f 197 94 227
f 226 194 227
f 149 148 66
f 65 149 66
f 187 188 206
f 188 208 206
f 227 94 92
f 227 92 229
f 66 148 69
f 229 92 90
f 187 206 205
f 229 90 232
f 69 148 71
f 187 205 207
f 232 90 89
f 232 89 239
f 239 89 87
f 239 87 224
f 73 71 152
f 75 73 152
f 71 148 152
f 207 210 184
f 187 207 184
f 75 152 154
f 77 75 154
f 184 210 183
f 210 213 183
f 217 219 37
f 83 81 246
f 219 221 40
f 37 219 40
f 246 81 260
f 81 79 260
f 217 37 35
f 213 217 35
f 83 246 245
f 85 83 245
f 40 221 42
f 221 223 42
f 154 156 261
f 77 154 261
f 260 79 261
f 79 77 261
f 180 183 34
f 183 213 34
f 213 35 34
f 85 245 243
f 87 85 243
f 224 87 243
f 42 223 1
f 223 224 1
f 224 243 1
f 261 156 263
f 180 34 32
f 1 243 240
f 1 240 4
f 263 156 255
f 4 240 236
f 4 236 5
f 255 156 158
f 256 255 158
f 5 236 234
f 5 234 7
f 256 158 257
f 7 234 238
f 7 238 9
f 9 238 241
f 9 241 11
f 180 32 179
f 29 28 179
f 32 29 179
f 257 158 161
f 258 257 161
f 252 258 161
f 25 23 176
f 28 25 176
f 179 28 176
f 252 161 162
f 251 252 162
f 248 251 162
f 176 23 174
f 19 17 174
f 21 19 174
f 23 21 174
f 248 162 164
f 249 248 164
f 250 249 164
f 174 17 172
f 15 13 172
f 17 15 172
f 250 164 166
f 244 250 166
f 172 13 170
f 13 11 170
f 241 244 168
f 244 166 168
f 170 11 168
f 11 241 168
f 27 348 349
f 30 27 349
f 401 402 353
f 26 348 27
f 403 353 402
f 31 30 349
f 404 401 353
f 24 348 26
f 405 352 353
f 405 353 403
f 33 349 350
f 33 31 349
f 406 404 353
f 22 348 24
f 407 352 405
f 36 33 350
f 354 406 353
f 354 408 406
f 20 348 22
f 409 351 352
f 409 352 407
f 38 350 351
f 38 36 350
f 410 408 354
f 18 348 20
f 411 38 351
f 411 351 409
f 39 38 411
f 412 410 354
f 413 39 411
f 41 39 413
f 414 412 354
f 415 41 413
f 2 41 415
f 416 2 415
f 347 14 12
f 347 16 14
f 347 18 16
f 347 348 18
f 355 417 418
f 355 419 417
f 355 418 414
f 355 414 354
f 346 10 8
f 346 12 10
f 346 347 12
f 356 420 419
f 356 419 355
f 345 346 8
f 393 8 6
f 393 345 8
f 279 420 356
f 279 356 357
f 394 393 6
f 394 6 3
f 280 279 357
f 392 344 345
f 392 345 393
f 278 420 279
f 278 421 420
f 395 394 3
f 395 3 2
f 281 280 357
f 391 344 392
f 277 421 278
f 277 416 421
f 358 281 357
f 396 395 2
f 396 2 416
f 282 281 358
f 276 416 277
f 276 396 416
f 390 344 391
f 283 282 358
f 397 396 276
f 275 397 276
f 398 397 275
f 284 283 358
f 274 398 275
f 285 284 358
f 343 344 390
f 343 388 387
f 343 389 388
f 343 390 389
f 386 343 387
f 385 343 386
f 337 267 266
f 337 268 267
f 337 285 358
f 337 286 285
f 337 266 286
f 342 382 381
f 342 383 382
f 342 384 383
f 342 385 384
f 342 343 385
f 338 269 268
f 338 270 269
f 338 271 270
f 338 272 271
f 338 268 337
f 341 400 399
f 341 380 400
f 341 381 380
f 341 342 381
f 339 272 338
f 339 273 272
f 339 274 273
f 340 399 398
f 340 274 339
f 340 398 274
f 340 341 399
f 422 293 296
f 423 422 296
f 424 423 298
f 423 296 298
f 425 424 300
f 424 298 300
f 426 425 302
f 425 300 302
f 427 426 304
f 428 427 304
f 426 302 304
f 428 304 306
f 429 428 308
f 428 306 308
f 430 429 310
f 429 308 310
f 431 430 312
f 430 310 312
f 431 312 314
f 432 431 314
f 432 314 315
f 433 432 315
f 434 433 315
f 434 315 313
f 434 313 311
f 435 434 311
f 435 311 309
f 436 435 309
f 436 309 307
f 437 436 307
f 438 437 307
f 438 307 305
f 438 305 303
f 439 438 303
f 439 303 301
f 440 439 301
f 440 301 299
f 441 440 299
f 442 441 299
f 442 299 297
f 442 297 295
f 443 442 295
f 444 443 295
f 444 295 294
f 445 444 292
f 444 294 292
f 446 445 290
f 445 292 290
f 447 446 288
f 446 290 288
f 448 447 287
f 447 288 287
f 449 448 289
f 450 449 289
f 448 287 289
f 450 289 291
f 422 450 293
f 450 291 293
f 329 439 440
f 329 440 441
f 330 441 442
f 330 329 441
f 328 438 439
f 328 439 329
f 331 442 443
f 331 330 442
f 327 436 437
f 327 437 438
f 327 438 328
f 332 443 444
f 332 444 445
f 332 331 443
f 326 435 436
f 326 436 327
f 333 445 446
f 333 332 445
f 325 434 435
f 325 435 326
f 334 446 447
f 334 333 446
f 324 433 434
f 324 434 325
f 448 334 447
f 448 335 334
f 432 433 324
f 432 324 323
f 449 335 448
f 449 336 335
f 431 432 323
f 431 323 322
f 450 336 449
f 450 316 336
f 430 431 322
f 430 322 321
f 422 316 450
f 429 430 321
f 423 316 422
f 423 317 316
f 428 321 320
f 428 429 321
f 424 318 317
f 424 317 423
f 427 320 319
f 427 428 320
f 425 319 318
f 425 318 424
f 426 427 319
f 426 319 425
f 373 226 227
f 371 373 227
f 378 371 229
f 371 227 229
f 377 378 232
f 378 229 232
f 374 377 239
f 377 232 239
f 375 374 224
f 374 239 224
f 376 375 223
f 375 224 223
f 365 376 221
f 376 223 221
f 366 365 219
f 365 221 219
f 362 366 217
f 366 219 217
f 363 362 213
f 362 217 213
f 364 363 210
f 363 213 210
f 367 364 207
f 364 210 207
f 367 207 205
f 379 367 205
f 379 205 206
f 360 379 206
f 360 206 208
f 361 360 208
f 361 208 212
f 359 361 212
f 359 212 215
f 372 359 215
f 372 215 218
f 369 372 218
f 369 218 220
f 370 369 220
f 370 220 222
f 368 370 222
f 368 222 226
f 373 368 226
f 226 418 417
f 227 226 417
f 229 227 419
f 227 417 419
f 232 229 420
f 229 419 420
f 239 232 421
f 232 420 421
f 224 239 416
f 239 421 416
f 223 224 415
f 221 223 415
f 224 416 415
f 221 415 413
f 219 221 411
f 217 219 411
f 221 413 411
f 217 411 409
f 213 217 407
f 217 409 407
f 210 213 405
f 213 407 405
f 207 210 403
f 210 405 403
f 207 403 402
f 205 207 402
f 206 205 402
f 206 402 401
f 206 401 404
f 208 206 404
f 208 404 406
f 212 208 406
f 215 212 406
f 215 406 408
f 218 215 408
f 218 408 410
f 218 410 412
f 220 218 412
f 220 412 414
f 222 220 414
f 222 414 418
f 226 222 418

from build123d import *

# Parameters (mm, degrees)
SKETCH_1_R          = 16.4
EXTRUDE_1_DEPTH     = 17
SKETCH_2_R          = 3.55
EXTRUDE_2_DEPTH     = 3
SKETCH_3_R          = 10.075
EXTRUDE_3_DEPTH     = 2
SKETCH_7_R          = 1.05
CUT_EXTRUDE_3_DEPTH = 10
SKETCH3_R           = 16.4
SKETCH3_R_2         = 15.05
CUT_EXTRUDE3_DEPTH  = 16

* * * * *

**TASK TO COMPLETE:**
From the start of the data to the line that holds "f 346 12 10", retype each line exactly, with both ends included.

**PROBLEM SOLUTION:**
f 197 94 227
f 226 194 227
f 149 148 66
f 65 149 66
f 187 188 206
f 188 208 206
f 227 94 92
f 227 92 229
f 66 148 69
f 229 92 90
f 187 206 205
f 229 90 232
f 69 148 71
f 187 205 207
f 232 90 89
f 232 89 239
f 239 89 87
f 239 87 224
f 73 71 152
f 75 73 152
f 71 148 152
f 207 210 184
f 187 207 184
f 75 152 154
f 77 75 154
f 184 210 183
f 210 213 183
f 217 219 37
f 83 81 246
f 219 221 40
f 37 219 40
f 246 81 260
f 81 79 260
f 217 37 35
f 213 217 35
f 83 246 245
f 85 83 245
f 40 221 42
f 221 223 42
f 154 156 261
f 77 154 261
f 260 79 261
f 79 77 261
f 180 183 34
f 183 213 34
f 213 35 34
f 85 245 243
f 87 85 243
f 224 87 243
f 42 223 1
f 223 224 1
f 224 243 1
f 261 156 263
f 180 34 32
f 1 243 240
f 1 240 4
f 263 156 255
f 4 240 236
f 4 236 5
f 255 156 158
f 256 255 158
f 5 236 234
f 5 234 7
f 256 158 257
f 7 234 238
f 7 238 9
f 9 238 241
f 9 241 11
f 180 32 179
f 29 28 179
f 32 29 179
f 257 158 161
f 258 257 161
f 252 258 161
f 25 23 176
f 28 25 176
f 179 28 176
f 252 161 162
f 251 252 162
f 248 251 162
f 176 23 174
f 19 17 174
f 21 19 174
f 23 21 174
f 248 162 164
f 249 248 164
f 250 249 164
f 174 17 172
f 15 13 172
f 17 15 172
f 250 164 166
f 244 250 166
f 172 13 170
f 13 11 170
f 241 244 168
f 244 166 168
f 170 11 168
f 11 241 168
f 27 348 349
f 30 27 349
f 401 402 353
f 26 348 27
f 403 353 402
f 31 30 349
f 404 401 353
f 24 348 26
f 405 352 353
f 405 353 403
f 33 349 350
f 33 31 349
f 406 404 353
f 22 348 24
f 407 352 405
f 36 33 350
f 354 406 353
f 354 408 406
f 20 348 22
f 409 351 352
f 409 352 407
f 38 350 351
f 38 36 350
f 410 408 354
f 18 348 20
f 411 38 351
f 411 351 409
f 39 38 411
f 412 410 354
f 413 39 411
f 41 39 413
f 414 412 354
f 415 41 413
f 2 41 415
f 416 2 415
f 347 14 12
f 347 16 14
f 347 18 16
f 347 348 18
f 355 417 418
f 355 419 417
f 355 418 414
f 355 414 354
f 346 10 8
f 346 12 10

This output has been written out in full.